3D Geometry

🟢 Lite — Quick Review (1h–1d)

Rapid summary for last-minute revision before your exam.

Coordinate System Basics: In 3D Cartesian system, a point is represented as $P(x, y, z)$. The distance between two points $P(x_1, y_1, z_1)$ and $Q(x_2, y_2, z_2)$ is: $$d = \sqrt{(x_2-x_1)^2 + (y_2-y_1)^2 + (z_2-z_1)^2}$$

Section Formula: For internal division in ratio $m:n$: $$(x, y, z) = \left(\frac{m x_2 + n x_1}{m+n}, \frac{m y_2 + n y_1}{m+n}, \frac{m z_2 + n z_1}{m+n}\right)$$

Direction Ratios and Cosines: For line joining $(x_1,y_1,z_1)$ to $(x_2,y_2,z_2)$: direction ratios are $(a,b,c) = (x_2-x_1, y_2-y_1, z_2-z_1)$. Direction cosines are: $$l = \frac{a}{\sqrt{a^2+b^2+c^2}},\ m = \frac{b}{\sqrt{a^2+b^2+c^2}},\ n = \frac{c}{\sqrt{a^2+b^2+c^2}}$$ with $l^2 + m^2 + n^2 = 1$.

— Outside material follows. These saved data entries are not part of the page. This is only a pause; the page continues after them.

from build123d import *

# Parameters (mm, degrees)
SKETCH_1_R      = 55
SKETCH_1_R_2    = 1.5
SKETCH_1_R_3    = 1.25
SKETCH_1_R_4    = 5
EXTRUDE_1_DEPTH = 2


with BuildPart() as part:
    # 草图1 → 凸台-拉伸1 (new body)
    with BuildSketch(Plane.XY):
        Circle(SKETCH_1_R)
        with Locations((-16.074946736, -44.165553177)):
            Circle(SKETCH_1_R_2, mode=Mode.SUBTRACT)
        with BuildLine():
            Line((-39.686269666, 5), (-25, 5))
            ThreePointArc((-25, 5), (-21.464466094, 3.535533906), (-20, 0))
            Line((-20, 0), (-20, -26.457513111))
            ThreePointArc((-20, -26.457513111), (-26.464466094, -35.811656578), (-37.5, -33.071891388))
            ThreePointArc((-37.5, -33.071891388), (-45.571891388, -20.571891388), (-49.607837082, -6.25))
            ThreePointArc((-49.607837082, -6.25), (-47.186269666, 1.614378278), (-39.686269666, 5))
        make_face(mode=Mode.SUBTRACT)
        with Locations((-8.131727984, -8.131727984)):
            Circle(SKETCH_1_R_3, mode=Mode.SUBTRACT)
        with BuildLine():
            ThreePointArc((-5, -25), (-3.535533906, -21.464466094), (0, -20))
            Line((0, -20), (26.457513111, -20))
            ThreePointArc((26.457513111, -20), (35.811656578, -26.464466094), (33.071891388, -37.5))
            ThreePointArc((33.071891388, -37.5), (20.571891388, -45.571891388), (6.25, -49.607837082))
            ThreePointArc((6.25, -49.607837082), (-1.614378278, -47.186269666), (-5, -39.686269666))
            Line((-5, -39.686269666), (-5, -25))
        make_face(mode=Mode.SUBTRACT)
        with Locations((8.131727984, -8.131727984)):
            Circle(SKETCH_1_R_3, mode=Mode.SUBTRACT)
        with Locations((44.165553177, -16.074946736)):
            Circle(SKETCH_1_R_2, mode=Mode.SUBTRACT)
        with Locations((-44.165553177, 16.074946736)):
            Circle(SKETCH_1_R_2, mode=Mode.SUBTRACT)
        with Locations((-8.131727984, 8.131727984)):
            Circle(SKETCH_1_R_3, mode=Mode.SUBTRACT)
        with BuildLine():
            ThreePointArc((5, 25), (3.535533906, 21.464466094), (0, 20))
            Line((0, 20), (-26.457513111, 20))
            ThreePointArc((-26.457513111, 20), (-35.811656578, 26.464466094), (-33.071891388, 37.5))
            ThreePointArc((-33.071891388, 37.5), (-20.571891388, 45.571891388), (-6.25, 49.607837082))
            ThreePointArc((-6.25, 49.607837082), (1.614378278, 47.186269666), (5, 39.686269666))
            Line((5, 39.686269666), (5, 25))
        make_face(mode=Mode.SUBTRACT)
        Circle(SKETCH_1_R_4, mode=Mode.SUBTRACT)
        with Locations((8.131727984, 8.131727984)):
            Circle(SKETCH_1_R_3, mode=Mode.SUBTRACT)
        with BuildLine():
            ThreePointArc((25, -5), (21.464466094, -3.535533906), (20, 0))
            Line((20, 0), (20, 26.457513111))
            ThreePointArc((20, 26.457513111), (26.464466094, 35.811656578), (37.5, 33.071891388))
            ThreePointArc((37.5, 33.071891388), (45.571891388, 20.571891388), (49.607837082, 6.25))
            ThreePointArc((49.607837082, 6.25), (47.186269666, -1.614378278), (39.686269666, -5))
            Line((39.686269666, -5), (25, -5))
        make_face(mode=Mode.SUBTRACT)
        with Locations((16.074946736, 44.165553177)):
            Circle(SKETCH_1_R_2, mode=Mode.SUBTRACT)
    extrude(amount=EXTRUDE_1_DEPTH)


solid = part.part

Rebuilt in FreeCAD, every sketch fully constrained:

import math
import FreeCAD as App
import Part
import Sketcher
from FreeCAD import Vector
Q = App.Units.Quantity

doc = App.newDocument("Part")
body = doc.addObject("PartDesign::Body", "Body")

sketch1 = doc.addObject("Sketcher::SketchObject", "Sketch")
body.addObject(sketch1)
sketch1.AttachmentSupport = (doc.XY_Plane, [""])
sketch1.MapMode = "FlatFace"
sketch1.addGeometry([
    Part.Circle(Vector(0, 0, 0), Vector(0, 0, 1), 55),
    Part.Circle(Vector(-16.074947, -44.165553, 0), Vector(0, 0, 1), 1.5),
    Part.ArcOfCircle(Part.Circle(Vector(-39.68627, -5, 0), Vector(0, 0, 1), 10), math.radians(90), math.radians(187.180756)),
    Part.LineSegment(Vector(-39.68627, 5, 0), Vector(-25, 5, 0)),
    Part.ArcOfCircle(Part.Circle(Vector(-25, 0, 0), Vector(0, 0, 1), 5), math.radians(0), math.radians(90)),
    Part.LineSegment(Vector(-20, 0, 0), Vector(-20, -26.457513, 0)),
    Part.ArcOfCircle(Part.Circle(Vector(-30, -26.457513, 0), Vector(0, 0, 1), 10), math.radians(-138.590378), math.radians(0)),
    Part.ArcOfCircle(Part.Circle(Vector(0, 0, 0), Vector(0, 0, 1), 50), math.radians(-172.819244), math.radians(-138.590378)),
    Part.Circle(Vector(-8.131728, -8.131728, 0), Vector(0, 0, 1), 1.25),
    Part.LineSegment(Vector(-5, -39.68627, 0), Vector(-5, -25, 0)),
    Part.ArcOfCircle(Part.Circle(Vector(0, -25, 0), Vector(0, 0, 1), 5), math.radians(90), math.radians(180)),
    Part.LineSegment(Vector(0, -20, 0), Vector(26.457513, -20, 0)),
    Part.ArcOfCircle(Part.Circle(Vector(26.457513, -30, 0), Vector(0, 0, 1), 10), math.radians(-48.590378), math.radians(90)),
    Part.ArcOfCircle(Part.Circle(Vector(0, 0, 0), Vector(0, 0, 1), 50), math.radians(-82.819244), math.radians(-48.590378)),
    Part.ArcOfCircle(Part.Circle(Vector(5, -39.68627, 0), Vector(0, 0, 1), 10), math.radians(180), math.radians(277.180756)),
    Part.Circle(Vector(8.131728, -8.131728, 0), Vector(0, 0, 1), 1.25),
    Part.Circle(Vector(44.165553, -16.074947, 0), Vector(0, 0, 1), 1.5),
    Part.Circle(Vector(-44.165553, 16.074947, 0), Vector(0, 0, 1), 1.5),
    Part.Circle(Vector(-8.131728, 8.131728, 0), Vector(0, 0, 1), 1.25),
    Part.LineSegment(Vector(5, 39.68627, 0), Vector(5, 25, 0)),
    Part.ArcOfCircle(Part.Circle(Vector(0, 25, 0), Vector(0, 0, 1), 5), math.radians(-90), math.radians(0)),
    Part.LineSegment(Vector(0, 20, 0), Vector(-26.457513, 20, 0)),
    Part.ArcOfCircle(Part.Circle(Vector(-26.457513, 30, 0), Vector(0, 0, 1), 10), math.radians(131.409622), math.radians(270)),
    Part.ArcOfCircle(Part.Circle(Vector(0, 0, 0), Vector(0, 0, 1), 50), math.radians(97.180756), math.radians(131.409622)),
    Part.ArcOfCircle(Part.Circle(Vector(-5, 39.68627, 0), Vector(0, 0, 1), 10), math.radians(0), math.radians(97.180756)),
    Part.Circle(Vector(0, 0, 0), Vector(0, 0, 1), 5),
    Part.Circle(Vector(8.131728, 8.131728, 0), Vector(0, 0, 1), 1.25),
    Part.LineSegment(Vector(39.68627, -5, 0), Vector(25, -5, 0)),
    Part.ArcOfCircle(Part.Circle(Vector(25, 0, 0), Vector(0, 0, 1), 5), math.radians(180), math.radians(270)),
    Part.LineSegment(Vector(20, 0, 0), Vector(20, 26.457513, 0)),
    Part.ArcOfCircle(Part.Circle(Vector(30, 26.457513, 0), Vector(0, 0, 1), 10), math.radians(41.409622), math.radians(180)),
    Part.ArcOfCircle(Part.Circle(Vector(0, 0, 0), Vector(0, 0, 1), 50), math.radians(7.180756), math.radians(41.409622)),
    Part.ArcOfCircle(Part.Circle(Vector(39.68627, 5, 0), Vector(0, 0, 1), 10), math.radians(-90), math.radians(7.180756)),
    Part.Circle(Vector(16.074947, 44.165553, 0), Vector(0, 0, 1), 1.5),
], False)
sketch1.addConstraint([
    Sketcher.Constraint("Tangent", 2, 1, 3, 1),
    Sketcher.Constraint("Tangent", 3, 2, 4, 2),
    Sketcher.Constraint("Tangent", 4, 1, 5, 1),
    Sketcher.Constraint("Tangent", 5, 2, 6, 2),
    Sketcher.Constraint("Tangent", 6, 1, 7, 2),
    Sketcher.Constraint("Tangent", 7, 1, 2, 2),
    Sketcher.Constraint("Tangent", 9, 2, 10, 2),
    Sketcher.Constraint("Tangent", 10, 1, 11, 1),
    Sketcher.Constraint("Tangent", 11, 2, 12, 2),
    Sketcher.Constraint("Tangent", 12, 1, 13, 2),
    Sketcher.Constraint("Tangent", 13, 1, 14, 2),
    Sketcher.Constraint("Tangent", 14, 1, 9, 1),
    Sketcher.Constraint("Tangent", 19, 2, 20, 2),
    Sketcher.Constraint("Tangent", 20, 1, 21, 1),
    Sketcher.Constraint("Tangent", 21, 2, 22, 2),
    Sketcher.Constraint("Tangent", 22, 1, 23, 2),
    Sketcher.Constraint("Tangent", 23, 1, 24, 2),
    Sketcher.Constraint("Tangent", 24, 1, 19, 1),
    Sketcher.Constraint("Tangent", 27, 2, 28, 2),
    Sketcher.Constraint("Tangent", 28, 1, 29, 1),
    Sketcher.Constraint("Tangent", 29, 2, 30, 2),
    Sketcher.Constraint("Tangent", 30, 1, 31, 2),
    Sketcher.Constraint("Tangent", 31, 1, 32, 2),
    Sketcher.Constraint("Tangent", 32, 1, 27, 1),
    Sketcher.Constraint("Horizontal", 3),
    Sketcher.Constraint("Vertical", 5),
    Sketcher.Constraint("Vertical", 9),
    Sketcher.Constraint("Horizontal", 11),
    Sketcher.Constraint("Vertical", 19),
    Sketcher.Constraint("Horizontal", 21),
    Sketcher.Constraint("Horizontal", 27),
    Sketcher.Constraint("Vertical", 29),
    Sketcher.Constraint("Coincident", 0, 3, -1, 1),
    Sketcher.Constraint("Coincident", 7, 3, -1, 1),
    Sketcher.Constraint("Coincident", 13, 3, -1, 1),
    Sketcher.Constraint("Coincident", 23, 3, -1, 1),
    Sketcher.Constraint("Coincident", 25, 3, -1, 1),
    Sketcher.Constraint("Coincident", 31, 3, -1, 1),
    Sketcher.Constraint("Equal", 2, 6),
    Sketcher.Constraint("Equal", 4, 10),
    Sketcher.Constraint("Equal", 6, 12),
    Sketcher.Constraint("Equal", 7, 13),
    Sketcher.Constraint("Equal", 12, 14),
    Sketcher.Constraint("Equal", 8, 15),
    Sketcher.Constraint("Equal", 1, 16),
    Sketcher.Constraint("Equal", 16, 17),
    Sketcher.Constraint("Equal", 15, 18),
    Sketcher.Constraint("Equal", 10, 20),
    Sketcher.Constraint("Equal", 14, 22),
    Sketcher.Constraint("Equal", 13, 23),
    Sketcher.Constraint("Equal", 22, 24),
    Sketcher.Constraint("Equal", 20, 25),
    Sketcher.Constraint("Equal", 18, 26),
    Sketcher.Constraint("Equal", 25, 28),
    Sketcher.Constraint("Equal", 24, 30),
    Sketcher.Constraint("Equal", 23, 31),
    Sketcher.Constraint("Equal", 30, 32),
    Sketcher.Constraint("Equal", 17, 33),
    Sketcher.Constraint("Symmetric", 16, 3, 17, 3, -1, 1),
    Sketcher.Constraint("Symmetric", 15, 3, 18, 3, -1, 1),
    Sketcher.Constraint("Symmetric", 10, 3, 20, 3, -1, 1),
    Sketcher.Constraint("Symmetric", 8, 3, 26, 3, -1, 1),
    Sketcher.Constraint("Symmetric", 4, 3, 28, 3, -1, 1),
    Sketcher.Constraint("Symmetric", 1, 3, 33, 3, -1, 1),
    Sketcher.Constraint("Symmetric", 8, 3, 15, 3, -2),
    Sketcher.Constraint("PointOnObject", 4, 3, -1),
    Sketcher.Constraint("PointOnObject", 10, 3, -2),
    Sketcher.Constraint("Horizontal", 32, 3, 2, 1),
    Sketcher.Constraint("Equal", 21, 5),
    Sketcher.Constraint("Diameter", 0, Q("110 mm")),
    Sketcher.Constraint("Diameter", 1, Q("3 mm")),
    Sketcher.Constraint("Diameter", 25, Q("10 mm")),
    Sketcher.Constraint("Radius", 7, Q("50 mm")),
    Sketcher.Constraint("Diameter", 8, Q("2.5 mm")),
    Sketcher.Constraint("DistanceX", 4, 3, -1, 1, Q("25 mm")),
    Sketcher.Constraint("DistanceY", 1, 3, 6, 3, Q("17.70804 mm")),
    Sketcher.Constraint("DistanceX", 2, 3, 8, 3, Q("31.554542 mm")),
    Sketcher.Constraint("DistanceX", 1, 3, 12, 3, Q("42.53246 mm")),
    Sketcher.Constraint("DistanceY", 14, 3, 8, 3, Q("31.554542 mm")),
    Sketcher.Constraint("DistanceX", 12, 3, 16, 3, Q("17.70804 mm")),
    Sketcher.Constraint("DistanceY", 16, 3, 15, 3, Q("7.943219 mm")),
])
pad1 = doc.addObject("PartDesign::Pad", "Pad")
body.addObject(pad1)
pad1.Profile = sketch1
pad1.Length = 2

doc.recompute()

⚡ JEE Tip: For a line with direction ratios $(a,b,c)$, any scalar multiple $(ka, kb, kc)$ represents the same direction. Direction cosines are unique (up to sign).

⚡ Common Mistake: Remember that lines in 3D can be skew (neither parallel nor intersecting). Always check if lines actually intersect before solving intersection problems.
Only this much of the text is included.